**Problem description**
In the records that follow, the lines from the one containing "f 162 161 160" to the one containing "f 195 181 182", inclusive, are to be given again exactly.

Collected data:
------

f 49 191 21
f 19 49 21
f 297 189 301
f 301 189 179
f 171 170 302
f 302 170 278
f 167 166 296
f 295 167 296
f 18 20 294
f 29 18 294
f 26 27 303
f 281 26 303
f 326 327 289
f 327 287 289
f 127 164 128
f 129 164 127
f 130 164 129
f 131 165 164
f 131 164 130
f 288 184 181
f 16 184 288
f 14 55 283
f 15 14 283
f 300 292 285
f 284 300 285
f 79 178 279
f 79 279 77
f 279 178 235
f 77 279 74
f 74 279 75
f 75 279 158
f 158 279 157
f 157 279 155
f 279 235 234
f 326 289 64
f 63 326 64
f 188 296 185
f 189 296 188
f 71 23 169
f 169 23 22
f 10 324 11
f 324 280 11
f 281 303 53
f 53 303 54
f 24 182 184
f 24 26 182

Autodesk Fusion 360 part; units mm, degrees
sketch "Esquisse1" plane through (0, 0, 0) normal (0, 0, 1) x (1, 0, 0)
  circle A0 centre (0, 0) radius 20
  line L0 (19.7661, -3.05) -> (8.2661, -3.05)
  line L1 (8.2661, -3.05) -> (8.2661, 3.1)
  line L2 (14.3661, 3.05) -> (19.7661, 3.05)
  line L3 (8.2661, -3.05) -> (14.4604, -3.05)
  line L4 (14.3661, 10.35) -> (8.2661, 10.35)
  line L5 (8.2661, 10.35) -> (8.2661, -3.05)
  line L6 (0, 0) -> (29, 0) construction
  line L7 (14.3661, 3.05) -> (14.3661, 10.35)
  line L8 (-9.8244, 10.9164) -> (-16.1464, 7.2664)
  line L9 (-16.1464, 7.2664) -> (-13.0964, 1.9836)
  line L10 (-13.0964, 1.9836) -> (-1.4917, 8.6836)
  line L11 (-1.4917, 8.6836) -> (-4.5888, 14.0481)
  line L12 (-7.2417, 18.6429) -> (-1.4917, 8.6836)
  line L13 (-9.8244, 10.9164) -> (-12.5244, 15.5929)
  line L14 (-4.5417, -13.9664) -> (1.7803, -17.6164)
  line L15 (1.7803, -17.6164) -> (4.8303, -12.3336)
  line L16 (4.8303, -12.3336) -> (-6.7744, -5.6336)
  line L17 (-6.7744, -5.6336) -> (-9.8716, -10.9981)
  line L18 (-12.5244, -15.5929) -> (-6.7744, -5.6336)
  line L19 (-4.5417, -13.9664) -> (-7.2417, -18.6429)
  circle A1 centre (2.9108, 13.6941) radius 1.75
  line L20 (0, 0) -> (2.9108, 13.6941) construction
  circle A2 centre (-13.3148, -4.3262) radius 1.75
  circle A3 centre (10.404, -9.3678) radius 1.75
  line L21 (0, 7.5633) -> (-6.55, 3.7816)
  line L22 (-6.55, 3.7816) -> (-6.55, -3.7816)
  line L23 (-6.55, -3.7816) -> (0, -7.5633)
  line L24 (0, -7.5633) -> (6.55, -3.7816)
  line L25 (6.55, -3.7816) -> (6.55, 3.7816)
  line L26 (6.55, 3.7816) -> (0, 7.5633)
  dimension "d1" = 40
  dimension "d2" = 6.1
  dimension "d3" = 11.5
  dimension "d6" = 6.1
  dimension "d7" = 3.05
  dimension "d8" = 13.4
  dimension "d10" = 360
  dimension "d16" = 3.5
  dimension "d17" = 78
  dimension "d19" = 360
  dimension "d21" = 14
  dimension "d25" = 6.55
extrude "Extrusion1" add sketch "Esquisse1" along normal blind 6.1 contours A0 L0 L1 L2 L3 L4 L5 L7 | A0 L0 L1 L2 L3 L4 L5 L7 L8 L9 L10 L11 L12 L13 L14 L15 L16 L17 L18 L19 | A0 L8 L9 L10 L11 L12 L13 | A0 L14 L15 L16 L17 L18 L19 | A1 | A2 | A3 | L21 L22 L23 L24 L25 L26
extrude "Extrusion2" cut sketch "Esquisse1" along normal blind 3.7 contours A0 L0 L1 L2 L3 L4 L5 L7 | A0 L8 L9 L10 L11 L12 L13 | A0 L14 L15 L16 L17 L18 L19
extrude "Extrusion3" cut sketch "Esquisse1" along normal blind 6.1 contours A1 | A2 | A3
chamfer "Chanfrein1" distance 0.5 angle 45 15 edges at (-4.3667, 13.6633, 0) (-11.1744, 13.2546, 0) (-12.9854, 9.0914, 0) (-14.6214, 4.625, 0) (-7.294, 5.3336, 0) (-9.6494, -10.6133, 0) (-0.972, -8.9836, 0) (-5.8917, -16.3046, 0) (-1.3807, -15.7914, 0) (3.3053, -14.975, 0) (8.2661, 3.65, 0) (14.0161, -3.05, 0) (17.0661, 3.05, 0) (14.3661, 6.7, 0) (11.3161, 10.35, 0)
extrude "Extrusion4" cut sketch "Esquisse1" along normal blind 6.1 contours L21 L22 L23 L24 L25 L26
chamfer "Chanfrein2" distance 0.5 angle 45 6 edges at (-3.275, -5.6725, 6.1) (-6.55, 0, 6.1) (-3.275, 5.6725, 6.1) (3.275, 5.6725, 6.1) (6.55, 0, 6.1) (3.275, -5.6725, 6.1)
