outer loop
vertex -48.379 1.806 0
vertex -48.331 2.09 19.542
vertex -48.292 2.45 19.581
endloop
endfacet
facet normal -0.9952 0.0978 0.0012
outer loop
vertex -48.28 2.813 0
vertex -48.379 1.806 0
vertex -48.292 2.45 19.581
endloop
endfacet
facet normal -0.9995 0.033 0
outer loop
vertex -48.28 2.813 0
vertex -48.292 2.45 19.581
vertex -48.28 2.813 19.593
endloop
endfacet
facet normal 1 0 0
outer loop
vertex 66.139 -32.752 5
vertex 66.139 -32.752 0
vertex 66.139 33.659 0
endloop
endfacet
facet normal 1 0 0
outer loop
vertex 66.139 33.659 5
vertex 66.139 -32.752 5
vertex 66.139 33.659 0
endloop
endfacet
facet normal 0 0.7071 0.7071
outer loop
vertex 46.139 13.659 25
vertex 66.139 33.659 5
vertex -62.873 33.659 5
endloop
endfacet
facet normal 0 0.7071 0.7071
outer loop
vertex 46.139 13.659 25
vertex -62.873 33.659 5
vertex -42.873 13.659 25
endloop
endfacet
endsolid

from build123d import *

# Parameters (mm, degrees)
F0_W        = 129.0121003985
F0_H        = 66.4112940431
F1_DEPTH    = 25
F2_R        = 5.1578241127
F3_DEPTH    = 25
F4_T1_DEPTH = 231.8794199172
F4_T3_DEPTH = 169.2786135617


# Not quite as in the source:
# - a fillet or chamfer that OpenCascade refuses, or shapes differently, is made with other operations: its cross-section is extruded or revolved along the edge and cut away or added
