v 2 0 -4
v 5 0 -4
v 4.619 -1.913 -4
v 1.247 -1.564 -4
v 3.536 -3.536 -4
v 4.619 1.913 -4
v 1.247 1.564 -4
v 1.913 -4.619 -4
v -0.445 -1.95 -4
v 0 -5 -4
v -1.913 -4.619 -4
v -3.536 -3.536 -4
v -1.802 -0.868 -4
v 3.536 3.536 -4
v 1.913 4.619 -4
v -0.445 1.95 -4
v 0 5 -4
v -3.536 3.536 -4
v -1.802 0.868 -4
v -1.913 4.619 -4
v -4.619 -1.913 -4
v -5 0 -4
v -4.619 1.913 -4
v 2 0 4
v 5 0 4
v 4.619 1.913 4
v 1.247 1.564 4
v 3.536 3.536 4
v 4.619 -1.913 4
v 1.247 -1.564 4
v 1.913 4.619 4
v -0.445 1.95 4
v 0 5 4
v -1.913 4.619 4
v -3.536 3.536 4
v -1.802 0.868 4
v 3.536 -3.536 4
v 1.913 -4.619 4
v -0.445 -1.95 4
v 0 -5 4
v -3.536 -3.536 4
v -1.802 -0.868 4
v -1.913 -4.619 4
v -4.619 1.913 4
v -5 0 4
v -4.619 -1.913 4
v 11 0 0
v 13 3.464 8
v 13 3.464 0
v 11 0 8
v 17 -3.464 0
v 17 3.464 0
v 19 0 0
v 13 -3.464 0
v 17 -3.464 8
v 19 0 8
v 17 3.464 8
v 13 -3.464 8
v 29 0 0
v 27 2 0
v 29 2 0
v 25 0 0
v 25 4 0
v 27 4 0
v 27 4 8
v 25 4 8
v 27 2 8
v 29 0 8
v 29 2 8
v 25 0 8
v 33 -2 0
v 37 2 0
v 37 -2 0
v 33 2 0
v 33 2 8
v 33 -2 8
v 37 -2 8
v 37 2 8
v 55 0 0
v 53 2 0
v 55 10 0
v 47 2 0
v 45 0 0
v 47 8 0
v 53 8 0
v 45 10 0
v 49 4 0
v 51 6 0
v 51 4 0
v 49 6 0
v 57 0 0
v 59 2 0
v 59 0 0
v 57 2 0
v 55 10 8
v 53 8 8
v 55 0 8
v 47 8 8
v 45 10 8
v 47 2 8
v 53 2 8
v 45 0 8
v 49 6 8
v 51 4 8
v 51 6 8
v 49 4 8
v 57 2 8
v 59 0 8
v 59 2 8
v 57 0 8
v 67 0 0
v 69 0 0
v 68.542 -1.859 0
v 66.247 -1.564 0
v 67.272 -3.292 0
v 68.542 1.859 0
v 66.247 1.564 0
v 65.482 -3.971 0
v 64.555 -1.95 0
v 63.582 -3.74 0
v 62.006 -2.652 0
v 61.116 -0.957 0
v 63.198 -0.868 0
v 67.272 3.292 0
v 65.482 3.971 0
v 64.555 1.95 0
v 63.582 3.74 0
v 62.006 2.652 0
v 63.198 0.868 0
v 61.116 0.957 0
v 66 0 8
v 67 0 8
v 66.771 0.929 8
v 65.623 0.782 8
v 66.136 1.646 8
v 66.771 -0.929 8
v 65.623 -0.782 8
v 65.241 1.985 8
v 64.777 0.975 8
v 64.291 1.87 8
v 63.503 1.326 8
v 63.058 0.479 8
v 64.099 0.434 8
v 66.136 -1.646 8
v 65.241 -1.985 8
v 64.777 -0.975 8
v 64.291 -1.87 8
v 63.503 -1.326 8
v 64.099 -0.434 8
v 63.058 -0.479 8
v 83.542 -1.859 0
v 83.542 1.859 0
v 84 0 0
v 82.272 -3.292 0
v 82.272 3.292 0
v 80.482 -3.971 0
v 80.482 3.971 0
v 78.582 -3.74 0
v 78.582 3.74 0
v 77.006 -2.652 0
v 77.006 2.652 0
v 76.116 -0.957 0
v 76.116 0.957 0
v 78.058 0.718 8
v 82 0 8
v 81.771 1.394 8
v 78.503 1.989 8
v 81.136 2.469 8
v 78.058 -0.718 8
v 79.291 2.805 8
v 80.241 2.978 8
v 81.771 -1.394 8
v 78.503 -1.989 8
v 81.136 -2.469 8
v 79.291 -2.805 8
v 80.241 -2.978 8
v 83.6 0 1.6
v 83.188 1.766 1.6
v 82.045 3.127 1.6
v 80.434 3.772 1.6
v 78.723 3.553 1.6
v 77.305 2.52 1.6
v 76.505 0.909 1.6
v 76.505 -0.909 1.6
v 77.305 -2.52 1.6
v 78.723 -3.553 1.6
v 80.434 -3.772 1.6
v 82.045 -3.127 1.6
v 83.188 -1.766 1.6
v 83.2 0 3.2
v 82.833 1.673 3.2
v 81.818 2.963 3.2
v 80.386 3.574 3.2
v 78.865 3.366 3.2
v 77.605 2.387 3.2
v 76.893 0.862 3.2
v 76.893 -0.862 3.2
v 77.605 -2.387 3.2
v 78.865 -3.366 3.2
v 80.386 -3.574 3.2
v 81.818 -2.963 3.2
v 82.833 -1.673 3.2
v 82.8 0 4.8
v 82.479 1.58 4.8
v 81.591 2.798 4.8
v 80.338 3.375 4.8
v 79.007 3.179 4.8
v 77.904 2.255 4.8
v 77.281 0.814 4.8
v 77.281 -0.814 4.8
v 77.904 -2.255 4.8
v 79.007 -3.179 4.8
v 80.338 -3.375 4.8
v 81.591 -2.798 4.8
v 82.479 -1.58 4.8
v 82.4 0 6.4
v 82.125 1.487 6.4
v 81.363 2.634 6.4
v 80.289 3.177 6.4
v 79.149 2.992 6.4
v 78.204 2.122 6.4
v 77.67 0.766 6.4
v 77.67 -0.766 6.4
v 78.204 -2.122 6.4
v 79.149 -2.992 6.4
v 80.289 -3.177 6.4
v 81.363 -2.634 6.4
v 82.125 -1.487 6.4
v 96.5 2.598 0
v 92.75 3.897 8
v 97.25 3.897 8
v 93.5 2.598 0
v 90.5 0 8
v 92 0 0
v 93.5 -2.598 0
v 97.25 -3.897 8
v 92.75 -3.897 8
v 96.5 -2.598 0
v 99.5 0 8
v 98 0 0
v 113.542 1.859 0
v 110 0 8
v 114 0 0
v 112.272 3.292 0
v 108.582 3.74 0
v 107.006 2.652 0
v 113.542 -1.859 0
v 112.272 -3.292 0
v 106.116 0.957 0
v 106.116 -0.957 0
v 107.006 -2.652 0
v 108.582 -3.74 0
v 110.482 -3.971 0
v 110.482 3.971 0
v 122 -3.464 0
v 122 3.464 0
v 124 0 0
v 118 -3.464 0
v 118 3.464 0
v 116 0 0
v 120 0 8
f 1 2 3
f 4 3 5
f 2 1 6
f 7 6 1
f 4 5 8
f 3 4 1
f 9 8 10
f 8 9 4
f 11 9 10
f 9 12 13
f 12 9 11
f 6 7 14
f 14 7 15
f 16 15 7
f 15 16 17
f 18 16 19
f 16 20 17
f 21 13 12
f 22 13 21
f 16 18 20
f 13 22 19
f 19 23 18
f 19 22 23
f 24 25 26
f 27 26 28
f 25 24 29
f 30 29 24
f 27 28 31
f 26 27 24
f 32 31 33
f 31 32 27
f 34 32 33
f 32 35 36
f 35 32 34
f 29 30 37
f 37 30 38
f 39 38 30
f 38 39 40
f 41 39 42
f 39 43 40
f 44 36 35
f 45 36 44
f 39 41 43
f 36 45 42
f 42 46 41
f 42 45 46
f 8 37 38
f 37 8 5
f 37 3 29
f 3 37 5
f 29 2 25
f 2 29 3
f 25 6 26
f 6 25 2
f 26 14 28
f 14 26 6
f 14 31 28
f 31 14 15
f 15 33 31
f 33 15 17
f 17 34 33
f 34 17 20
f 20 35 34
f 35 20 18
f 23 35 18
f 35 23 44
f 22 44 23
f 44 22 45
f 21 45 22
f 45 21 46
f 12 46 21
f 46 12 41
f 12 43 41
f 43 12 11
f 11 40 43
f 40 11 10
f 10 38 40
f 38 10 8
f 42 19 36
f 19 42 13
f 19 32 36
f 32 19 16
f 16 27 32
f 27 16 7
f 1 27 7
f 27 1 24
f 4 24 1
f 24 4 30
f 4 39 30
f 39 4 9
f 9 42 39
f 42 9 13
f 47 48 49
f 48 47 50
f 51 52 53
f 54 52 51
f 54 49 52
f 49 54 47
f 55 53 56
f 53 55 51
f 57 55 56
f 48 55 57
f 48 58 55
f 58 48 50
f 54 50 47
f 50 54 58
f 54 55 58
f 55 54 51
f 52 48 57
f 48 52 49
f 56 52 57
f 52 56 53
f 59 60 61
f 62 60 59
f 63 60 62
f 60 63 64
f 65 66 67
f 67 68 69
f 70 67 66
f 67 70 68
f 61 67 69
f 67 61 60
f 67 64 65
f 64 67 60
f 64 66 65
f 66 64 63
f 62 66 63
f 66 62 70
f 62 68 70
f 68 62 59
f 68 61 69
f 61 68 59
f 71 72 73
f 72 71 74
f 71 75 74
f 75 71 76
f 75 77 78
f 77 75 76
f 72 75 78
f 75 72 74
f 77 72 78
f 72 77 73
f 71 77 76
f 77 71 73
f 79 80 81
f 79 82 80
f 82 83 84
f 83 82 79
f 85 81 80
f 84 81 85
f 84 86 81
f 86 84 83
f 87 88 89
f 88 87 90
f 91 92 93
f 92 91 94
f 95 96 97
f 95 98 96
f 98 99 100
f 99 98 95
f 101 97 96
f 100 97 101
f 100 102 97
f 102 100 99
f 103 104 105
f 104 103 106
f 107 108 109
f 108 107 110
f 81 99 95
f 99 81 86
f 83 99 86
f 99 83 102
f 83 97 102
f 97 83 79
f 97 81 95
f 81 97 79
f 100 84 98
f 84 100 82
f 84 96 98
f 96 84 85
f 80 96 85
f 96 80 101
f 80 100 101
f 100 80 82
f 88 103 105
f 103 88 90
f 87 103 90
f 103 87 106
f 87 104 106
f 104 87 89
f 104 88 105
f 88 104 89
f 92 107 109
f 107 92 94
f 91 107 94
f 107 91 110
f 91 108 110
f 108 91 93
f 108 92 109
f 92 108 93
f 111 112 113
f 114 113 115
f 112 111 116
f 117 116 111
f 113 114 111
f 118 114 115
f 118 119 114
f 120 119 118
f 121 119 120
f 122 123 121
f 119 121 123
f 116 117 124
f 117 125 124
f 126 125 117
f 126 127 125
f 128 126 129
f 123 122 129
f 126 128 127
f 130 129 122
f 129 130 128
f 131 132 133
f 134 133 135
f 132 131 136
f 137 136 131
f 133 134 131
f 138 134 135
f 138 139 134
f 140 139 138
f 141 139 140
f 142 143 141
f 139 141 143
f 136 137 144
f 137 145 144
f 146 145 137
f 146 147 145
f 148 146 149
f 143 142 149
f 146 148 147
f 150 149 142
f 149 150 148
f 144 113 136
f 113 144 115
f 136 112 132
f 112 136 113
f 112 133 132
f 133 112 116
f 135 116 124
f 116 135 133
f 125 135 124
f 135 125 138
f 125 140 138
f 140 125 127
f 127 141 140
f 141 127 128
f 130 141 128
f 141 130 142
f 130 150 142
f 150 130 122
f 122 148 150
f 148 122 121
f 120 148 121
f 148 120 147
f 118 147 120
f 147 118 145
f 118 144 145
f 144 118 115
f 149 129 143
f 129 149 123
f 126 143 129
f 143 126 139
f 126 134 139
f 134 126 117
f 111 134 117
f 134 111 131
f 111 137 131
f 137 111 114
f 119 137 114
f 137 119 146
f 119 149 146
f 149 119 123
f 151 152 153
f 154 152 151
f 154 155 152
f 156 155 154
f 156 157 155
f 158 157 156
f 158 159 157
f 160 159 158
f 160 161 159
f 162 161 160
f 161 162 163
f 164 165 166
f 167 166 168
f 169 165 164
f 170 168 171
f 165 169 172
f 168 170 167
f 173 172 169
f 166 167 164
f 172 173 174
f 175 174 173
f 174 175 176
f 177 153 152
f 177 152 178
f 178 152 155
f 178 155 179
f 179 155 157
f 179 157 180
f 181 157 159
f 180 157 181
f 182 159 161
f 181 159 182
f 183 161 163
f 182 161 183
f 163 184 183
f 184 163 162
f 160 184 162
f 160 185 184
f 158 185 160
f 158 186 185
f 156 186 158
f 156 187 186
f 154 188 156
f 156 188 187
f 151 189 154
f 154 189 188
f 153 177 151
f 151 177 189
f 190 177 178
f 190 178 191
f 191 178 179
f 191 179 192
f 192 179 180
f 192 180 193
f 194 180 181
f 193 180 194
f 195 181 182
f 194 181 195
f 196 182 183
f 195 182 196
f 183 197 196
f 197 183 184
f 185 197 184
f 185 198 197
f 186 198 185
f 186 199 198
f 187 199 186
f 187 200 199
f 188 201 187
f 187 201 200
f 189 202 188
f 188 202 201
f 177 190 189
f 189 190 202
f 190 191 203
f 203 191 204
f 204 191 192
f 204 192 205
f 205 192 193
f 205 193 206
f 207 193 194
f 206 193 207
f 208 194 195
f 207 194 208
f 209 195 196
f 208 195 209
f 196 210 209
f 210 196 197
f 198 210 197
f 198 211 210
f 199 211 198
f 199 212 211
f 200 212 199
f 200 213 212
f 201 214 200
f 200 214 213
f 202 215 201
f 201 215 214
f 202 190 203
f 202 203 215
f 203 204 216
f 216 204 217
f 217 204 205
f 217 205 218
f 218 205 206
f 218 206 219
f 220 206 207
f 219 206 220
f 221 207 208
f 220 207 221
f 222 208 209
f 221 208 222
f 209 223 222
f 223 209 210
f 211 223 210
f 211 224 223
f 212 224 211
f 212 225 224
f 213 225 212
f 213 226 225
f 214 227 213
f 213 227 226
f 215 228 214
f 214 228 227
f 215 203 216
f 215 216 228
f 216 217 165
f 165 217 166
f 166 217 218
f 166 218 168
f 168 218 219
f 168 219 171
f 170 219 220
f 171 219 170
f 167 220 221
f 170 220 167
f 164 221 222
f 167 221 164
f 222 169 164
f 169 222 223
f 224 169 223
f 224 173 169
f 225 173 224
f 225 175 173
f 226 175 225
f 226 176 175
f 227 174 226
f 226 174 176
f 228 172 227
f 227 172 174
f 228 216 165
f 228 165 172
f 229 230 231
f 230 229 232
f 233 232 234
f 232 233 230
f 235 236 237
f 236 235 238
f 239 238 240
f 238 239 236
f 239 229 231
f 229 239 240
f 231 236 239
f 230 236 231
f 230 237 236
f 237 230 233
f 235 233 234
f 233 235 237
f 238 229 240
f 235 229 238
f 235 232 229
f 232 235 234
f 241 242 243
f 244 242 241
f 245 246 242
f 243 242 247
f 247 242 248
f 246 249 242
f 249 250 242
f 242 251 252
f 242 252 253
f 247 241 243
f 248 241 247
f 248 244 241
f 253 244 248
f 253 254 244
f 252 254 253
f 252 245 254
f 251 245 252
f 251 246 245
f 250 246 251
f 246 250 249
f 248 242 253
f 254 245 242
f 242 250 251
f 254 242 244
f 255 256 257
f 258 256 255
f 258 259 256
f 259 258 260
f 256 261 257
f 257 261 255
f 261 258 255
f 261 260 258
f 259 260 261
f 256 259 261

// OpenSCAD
linear_extrude(height=8, center=true)
  difference() {
    circle(r=5);
    circle(r=2);
  }

translate([15, 0, 0]) linear_extrude(height=8) circle(r=4, $fn=6);
translate([25, 0, 0]) linear_extrude(height=8)
  polygon([[0,0], [4,0], [4,2], [2,2], [2,4], [0,4]]);
translate([35, 0, 0]) linear_extrude(height=8) square([4,4], center=true);

// Nested island, hole, and a disconnected contour in deliberately mixed order.
translate([45, 0, 0]) linear_extrude(height=8)
  polygon(points=[[0,0], [10,0], [10,10], [0,10],
                  [2,2], [8,2], [8,8], [2,8],
                  [4,4], [6,4], [6,6], [4,6],
                  [12,0], [14,0], [14,2], [12,2]],
          paths=[[8,9,10,11], [4,5,6,7], [12,13,14,15], [0,1,2,3]]);

translate([65, 0, 0]) linear_extrude(height=8, scale=0.5)
  difference() { circle(r=4); circle(r=2); }
translate([80, 0, 0]) linear_extrude(height=8, scale=[0.5, 0.75]) circle(r=4);
translate([95, 0, 0]) linear_extrude(height=8, scale=1.5) circle(r=3, $fn=6);
translate([110, 0, 0]) linear_extrude(height=8, scale=0) circle(r=4);
translate([120, 0, 0]) linear_extrude(height=8, scale=0) circle(r=4, $fn=6);
translate([130, 0, 0]) linear_extrude(height=8, scale=0)
  difference() { circle(r=4); circle(r=2); }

------

**Response**
f 162 161 160
f 161 162 163
f 164 165 166
f 167 166 168
f 169 165 164
f 170 168 171
f 165 169 172
f 168 170 167
f 173 172 169
f 166 167 164
f 172 173 174
f 175 174 173
f 174 175 176
f 177 153 152
f 177 152 178
f 178 152 155
f 178 155 179
f 179 155 157
f 179 157 180
f 181 157 159
f 180 157 181
f 182 159 161
f 181 159 182
f 183 161 163
f 182 161 183
f 163 184 183
f 184 163 162
f 160 184 162
f 160 185 184
f 158 185 160
f 158 186 185
f 156 186 158
f 156 187 186
f 154 188 156
f 156 188 187
f 151 189 154
f 154 189 188
f 153 177 151
f 151 177 189
f 190 177 178
f 190 178 191
f 191 178 179
f 191 179 192
f 192 179 180
f 192 180 193
f 194 180 181
f 193 180 194
f 195 181 182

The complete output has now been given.